A Proposal to Admit New States for the Purpose of Amending the Constitution - kick
https://harvardlawreview.org/2020/01/pack-the-union-a-proposal-to-admit-new-states-for-the-purpose-of-amending-the-constitution-to-ensure-equal-representation/
======
AnimalMuppet
"Let's game the system so that we can change the rules to be what _we_ think
they should be!"

Does anybody see a problem with this? Not necessarily with the desired changes
(though I think they are highly dangerous), but with the methodology? We're
_deep_ into "ends justify the means" here.

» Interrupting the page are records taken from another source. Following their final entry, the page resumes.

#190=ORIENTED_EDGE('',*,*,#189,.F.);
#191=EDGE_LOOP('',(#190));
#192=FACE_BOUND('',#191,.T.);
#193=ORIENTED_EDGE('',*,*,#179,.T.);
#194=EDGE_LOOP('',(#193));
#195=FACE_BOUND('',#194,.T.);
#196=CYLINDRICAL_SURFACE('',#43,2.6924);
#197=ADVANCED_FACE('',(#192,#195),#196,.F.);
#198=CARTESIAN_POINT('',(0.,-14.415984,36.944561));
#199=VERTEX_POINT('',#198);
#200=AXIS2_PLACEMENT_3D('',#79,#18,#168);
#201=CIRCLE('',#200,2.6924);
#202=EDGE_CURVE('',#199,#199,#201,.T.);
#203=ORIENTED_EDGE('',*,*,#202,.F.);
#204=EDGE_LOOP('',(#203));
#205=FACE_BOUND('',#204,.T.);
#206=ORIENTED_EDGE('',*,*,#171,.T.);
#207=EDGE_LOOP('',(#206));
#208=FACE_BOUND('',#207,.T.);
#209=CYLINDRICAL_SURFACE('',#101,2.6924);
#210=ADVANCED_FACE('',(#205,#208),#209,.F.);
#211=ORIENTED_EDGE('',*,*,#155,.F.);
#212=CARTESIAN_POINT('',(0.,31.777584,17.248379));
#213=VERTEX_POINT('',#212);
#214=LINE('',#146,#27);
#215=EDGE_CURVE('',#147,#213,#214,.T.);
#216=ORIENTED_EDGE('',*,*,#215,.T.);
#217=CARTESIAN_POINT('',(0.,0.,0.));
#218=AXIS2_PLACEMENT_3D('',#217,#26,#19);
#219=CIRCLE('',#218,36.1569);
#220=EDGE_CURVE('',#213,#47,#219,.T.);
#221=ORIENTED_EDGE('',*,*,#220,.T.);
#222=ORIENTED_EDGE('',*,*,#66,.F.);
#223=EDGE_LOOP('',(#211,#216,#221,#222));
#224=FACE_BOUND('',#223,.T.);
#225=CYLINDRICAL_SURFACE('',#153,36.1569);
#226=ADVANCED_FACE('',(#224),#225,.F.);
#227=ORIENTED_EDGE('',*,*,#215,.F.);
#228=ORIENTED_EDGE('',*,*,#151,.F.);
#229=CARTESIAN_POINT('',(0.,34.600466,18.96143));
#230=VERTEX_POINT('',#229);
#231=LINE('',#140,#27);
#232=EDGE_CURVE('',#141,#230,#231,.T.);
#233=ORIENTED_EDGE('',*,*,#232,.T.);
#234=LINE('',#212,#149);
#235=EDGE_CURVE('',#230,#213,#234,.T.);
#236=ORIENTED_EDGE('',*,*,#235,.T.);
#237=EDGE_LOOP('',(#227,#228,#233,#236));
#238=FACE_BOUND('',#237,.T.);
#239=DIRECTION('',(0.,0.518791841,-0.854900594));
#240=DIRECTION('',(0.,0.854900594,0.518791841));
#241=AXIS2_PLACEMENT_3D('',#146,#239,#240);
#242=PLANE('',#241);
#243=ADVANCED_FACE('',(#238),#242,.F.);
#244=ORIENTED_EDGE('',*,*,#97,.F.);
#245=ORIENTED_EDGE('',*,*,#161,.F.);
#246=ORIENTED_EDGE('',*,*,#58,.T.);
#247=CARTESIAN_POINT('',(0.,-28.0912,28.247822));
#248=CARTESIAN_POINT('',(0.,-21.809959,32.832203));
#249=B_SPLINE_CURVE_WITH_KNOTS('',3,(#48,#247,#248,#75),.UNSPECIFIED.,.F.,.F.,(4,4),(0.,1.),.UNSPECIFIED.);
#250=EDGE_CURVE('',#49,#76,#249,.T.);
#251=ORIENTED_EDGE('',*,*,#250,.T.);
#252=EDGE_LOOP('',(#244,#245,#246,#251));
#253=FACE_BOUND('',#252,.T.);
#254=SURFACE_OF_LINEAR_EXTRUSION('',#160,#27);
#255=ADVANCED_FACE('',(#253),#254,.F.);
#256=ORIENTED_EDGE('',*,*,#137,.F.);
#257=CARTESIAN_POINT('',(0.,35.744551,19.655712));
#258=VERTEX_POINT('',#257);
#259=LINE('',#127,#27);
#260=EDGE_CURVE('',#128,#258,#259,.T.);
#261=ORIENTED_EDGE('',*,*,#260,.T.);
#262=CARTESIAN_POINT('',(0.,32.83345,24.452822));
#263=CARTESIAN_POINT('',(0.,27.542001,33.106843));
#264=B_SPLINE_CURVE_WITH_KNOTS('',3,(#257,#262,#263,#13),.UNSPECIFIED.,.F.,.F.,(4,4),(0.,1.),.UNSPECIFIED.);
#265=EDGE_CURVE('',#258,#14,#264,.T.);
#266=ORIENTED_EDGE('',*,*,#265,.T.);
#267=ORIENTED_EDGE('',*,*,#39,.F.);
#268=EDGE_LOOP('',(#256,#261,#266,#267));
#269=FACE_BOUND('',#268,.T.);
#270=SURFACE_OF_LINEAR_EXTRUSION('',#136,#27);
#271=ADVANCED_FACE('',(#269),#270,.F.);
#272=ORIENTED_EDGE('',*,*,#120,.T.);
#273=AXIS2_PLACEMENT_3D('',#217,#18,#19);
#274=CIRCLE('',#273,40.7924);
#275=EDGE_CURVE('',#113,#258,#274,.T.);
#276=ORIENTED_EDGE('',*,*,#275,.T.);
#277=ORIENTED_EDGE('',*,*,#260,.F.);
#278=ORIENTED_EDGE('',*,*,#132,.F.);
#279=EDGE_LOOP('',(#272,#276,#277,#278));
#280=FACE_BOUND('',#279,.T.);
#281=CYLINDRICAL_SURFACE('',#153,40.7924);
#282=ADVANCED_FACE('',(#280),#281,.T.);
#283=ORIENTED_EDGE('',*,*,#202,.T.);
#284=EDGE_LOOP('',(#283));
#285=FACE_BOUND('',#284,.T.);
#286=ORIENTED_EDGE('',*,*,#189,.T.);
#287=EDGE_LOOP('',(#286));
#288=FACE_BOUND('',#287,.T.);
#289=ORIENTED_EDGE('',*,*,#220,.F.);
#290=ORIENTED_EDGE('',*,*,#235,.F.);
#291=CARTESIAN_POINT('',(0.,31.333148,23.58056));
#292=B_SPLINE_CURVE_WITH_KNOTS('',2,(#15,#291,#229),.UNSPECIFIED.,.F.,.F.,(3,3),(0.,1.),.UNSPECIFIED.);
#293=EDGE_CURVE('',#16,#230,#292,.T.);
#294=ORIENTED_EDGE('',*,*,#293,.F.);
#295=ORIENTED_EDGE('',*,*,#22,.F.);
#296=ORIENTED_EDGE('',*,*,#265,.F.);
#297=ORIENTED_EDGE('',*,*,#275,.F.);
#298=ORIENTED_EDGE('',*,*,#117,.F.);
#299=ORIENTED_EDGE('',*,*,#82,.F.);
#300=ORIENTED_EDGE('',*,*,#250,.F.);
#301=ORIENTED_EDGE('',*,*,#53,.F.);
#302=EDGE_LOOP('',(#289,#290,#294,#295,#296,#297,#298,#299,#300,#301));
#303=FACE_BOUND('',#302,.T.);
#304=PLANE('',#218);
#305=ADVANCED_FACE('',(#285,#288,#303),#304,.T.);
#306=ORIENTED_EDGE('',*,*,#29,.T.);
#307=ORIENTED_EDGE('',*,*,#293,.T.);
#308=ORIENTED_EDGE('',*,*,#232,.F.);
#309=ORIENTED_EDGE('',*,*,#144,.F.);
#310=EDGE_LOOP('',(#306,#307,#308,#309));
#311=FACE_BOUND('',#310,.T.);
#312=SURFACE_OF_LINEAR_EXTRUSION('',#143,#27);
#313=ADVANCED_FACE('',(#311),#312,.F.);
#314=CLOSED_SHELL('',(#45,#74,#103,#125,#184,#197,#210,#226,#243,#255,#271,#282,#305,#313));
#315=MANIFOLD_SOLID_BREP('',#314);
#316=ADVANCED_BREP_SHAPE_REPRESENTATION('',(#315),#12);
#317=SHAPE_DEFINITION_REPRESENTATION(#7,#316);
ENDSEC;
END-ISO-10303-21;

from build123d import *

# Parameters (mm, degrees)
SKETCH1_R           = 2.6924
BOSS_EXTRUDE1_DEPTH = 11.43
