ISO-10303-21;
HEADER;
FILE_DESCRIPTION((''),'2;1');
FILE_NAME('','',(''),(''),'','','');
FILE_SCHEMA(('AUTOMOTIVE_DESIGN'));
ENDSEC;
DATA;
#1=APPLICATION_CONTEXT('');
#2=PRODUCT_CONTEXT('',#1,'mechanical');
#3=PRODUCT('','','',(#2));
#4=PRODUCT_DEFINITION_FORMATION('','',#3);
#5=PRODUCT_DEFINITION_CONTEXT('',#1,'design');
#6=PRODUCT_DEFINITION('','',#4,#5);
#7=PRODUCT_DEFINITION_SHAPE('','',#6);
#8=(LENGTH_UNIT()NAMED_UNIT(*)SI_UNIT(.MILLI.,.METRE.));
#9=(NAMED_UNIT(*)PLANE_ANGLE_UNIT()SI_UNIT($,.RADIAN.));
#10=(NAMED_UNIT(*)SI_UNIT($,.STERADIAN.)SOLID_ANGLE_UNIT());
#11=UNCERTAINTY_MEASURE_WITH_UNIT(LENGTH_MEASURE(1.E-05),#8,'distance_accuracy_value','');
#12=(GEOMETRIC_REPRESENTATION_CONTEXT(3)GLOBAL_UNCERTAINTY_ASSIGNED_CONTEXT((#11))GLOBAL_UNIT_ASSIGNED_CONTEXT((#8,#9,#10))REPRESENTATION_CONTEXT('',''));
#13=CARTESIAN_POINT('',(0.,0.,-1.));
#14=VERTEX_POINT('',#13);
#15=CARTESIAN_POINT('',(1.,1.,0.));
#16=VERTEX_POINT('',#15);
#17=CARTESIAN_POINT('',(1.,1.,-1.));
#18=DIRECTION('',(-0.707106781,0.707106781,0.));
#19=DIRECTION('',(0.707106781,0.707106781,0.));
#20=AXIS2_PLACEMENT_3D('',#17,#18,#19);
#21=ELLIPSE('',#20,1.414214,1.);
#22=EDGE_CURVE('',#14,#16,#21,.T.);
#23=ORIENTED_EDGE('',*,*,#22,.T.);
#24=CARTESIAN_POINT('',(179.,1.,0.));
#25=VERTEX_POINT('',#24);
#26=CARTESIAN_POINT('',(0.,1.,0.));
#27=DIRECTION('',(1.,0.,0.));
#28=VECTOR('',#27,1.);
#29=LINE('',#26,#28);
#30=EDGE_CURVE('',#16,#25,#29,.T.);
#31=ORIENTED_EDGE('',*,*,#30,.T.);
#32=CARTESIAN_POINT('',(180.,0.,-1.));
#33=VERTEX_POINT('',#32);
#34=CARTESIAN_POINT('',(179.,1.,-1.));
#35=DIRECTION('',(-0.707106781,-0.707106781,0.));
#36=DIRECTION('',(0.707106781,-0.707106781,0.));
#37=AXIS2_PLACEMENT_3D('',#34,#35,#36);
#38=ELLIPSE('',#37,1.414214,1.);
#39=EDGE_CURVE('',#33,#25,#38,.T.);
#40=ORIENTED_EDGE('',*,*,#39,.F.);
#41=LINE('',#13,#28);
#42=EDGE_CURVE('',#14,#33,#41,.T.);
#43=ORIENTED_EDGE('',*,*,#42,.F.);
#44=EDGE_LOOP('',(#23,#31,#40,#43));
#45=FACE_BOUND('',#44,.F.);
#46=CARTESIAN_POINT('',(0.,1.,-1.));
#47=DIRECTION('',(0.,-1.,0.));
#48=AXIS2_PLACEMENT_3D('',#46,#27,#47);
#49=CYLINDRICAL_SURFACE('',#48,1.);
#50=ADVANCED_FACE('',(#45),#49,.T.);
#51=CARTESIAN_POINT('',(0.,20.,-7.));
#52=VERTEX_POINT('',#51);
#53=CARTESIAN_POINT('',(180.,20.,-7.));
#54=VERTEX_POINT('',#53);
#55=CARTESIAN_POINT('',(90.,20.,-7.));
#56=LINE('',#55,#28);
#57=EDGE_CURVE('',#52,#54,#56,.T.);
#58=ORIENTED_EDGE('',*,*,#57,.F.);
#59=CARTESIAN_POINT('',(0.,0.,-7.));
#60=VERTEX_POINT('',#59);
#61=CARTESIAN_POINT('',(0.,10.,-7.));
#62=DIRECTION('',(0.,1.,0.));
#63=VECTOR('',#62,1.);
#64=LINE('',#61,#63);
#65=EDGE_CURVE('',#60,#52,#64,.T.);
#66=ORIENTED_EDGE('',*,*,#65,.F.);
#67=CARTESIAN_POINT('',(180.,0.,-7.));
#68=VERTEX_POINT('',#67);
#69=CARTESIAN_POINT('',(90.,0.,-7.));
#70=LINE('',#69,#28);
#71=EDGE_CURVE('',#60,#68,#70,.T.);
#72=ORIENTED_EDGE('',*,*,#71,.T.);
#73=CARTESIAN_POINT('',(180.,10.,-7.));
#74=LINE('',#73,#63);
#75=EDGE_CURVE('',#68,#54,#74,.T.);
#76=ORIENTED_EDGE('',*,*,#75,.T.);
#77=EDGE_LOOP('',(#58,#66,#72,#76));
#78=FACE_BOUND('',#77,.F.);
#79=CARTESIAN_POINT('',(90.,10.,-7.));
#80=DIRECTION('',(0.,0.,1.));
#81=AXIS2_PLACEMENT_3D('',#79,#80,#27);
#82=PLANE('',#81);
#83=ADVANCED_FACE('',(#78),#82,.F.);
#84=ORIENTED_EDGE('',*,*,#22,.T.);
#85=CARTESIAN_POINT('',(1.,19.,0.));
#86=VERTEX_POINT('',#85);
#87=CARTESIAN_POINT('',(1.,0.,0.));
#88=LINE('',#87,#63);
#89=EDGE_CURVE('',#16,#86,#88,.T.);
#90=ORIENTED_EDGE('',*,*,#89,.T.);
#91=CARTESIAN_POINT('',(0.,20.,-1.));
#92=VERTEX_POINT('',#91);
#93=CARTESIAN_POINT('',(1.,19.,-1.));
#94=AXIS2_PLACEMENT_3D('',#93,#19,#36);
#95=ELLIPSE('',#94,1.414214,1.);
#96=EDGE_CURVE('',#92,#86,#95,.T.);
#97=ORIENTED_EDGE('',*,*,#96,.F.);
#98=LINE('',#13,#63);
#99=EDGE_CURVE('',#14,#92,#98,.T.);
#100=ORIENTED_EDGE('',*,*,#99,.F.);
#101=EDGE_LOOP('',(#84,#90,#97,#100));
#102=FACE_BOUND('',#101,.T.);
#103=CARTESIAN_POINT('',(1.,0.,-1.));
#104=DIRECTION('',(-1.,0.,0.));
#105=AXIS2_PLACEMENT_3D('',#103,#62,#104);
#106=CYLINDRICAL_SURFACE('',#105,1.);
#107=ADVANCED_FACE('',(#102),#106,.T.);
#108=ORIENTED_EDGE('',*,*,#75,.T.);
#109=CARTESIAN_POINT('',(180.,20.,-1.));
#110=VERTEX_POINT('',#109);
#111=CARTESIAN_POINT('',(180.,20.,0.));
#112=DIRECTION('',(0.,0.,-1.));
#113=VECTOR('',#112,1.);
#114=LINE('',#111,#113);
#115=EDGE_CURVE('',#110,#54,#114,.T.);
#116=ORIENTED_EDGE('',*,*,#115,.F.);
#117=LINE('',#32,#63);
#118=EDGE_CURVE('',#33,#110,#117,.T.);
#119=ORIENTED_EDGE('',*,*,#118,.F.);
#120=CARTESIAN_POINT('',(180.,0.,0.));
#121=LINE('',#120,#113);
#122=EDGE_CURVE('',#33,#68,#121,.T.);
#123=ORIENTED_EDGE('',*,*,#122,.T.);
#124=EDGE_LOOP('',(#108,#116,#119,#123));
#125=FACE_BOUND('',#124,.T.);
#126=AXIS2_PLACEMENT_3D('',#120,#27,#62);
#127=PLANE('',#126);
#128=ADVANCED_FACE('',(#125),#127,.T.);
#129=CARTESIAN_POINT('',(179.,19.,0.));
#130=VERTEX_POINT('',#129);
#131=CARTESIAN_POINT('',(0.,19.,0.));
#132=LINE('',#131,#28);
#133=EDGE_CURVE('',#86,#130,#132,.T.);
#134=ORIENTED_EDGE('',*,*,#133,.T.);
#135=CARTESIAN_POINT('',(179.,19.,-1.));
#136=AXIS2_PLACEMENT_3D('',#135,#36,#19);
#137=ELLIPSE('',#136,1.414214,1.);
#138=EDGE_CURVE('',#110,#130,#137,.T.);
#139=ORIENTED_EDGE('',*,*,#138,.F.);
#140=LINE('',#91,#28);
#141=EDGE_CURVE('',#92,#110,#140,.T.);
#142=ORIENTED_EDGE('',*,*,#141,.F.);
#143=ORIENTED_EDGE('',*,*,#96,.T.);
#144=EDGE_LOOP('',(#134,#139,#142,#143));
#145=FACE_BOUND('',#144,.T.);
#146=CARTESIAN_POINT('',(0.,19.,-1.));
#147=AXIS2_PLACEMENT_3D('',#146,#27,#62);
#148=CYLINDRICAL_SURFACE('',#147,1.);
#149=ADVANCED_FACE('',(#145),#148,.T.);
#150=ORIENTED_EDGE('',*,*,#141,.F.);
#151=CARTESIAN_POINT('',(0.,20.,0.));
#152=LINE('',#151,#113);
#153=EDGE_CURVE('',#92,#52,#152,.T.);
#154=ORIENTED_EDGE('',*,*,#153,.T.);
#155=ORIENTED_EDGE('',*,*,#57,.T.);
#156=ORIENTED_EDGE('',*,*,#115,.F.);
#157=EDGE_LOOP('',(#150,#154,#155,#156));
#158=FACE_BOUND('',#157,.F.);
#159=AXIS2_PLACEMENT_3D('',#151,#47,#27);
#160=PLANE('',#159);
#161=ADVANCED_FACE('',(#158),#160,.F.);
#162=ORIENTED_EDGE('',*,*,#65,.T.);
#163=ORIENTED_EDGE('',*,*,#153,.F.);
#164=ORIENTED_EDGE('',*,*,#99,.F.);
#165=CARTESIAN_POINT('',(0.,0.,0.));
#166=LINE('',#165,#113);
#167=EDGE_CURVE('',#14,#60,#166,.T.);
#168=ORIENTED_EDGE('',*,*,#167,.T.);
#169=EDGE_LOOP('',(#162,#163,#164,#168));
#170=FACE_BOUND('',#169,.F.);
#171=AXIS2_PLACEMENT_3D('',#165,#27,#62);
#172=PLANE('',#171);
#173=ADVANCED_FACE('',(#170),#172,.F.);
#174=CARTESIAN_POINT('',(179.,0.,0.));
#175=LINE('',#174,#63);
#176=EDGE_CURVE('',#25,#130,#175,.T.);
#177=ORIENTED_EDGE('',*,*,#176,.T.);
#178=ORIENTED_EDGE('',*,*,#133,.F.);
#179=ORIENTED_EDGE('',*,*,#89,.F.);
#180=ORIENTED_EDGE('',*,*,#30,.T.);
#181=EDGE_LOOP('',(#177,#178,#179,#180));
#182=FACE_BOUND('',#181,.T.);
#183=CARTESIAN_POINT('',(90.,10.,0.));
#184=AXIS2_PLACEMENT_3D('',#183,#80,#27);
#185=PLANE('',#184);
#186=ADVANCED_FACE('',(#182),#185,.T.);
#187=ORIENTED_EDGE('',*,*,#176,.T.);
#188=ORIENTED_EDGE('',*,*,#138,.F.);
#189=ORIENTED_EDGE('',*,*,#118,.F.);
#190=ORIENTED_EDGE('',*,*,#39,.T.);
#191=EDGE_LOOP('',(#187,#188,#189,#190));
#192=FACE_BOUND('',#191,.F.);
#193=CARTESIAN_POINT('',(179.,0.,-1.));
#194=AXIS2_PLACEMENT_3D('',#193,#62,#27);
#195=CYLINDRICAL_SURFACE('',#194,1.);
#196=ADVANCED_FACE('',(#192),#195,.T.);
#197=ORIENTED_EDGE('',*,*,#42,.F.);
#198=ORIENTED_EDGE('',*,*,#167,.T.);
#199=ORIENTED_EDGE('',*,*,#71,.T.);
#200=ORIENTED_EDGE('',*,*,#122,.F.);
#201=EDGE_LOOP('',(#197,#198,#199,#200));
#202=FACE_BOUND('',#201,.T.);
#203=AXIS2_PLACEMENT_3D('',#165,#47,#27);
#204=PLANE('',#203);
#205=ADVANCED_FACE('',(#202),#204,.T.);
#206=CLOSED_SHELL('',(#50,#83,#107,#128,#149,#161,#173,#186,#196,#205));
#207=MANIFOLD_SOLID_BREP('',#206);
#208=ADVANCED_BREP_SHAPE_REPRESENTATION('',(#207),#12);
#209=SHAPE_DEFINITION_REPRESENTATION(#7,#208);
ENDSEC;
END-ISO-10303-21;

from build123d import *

# Parameters (mm, degrees)
F0_W     = 180
F0_H     = 20
F1_DEPTH = 7
F2_R     = 1


with BuildPart() as f1:
    # F0 (on Top) → F1 (new body)
    with BuildSketch(Plane.XY):
        with Locations((90, 10)):
            Rectangle(F0_W, F0_H)
    extrude(amount=-F1_DEPTH)

    # F2
    f2_edges = [f1.edges().sort_by_distance(p)[0] for p in [
        (90, 20, 0),
        (0, 10, 0),
        (90, 0, 0),
        (180, 10, 0),
    ]]
    fillet(f2_edges, radius=F2_R)


solid = f1.part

"We deserve to have things go the way we think they should! They didn't, so
the rules must be unfair!" (Never mind that it's the rules that we've played
by for 200 years, and that their side has won as often as they lost under
those rules.) "So we should change the rules so that we _always_ win, because
we deserve to!" That's the cry of entitled losers everywhere. But do we really
want the rules to be drawn up by whining, entitled losers? That's not a way to
get good rules.

And, you're going to create new states out of DC's 127 neighborhoods? 127 new
states? And your goal is also that "all citizens are represented by equal-
sized (House) districts"? Well, the population of DC is 702,000. Divided into
127 districts, that gives 5,500 people per district. (Unless you want to have
one House district represent more than one _State_ , which seems to me to be
problematic.) 330,000,000 people in the United States would give you a House
of 60,000 members. That's probably not workable.

This whole thing smacks of "one person, one vote, one time". If they win (not
necessarily the Democrats, but people that back this crackpot idea), they'll
stack the deck so thoroughly that they'll never lose again. Such people do not
deserve your vote; rather they deserve being opposed as strongly as possible.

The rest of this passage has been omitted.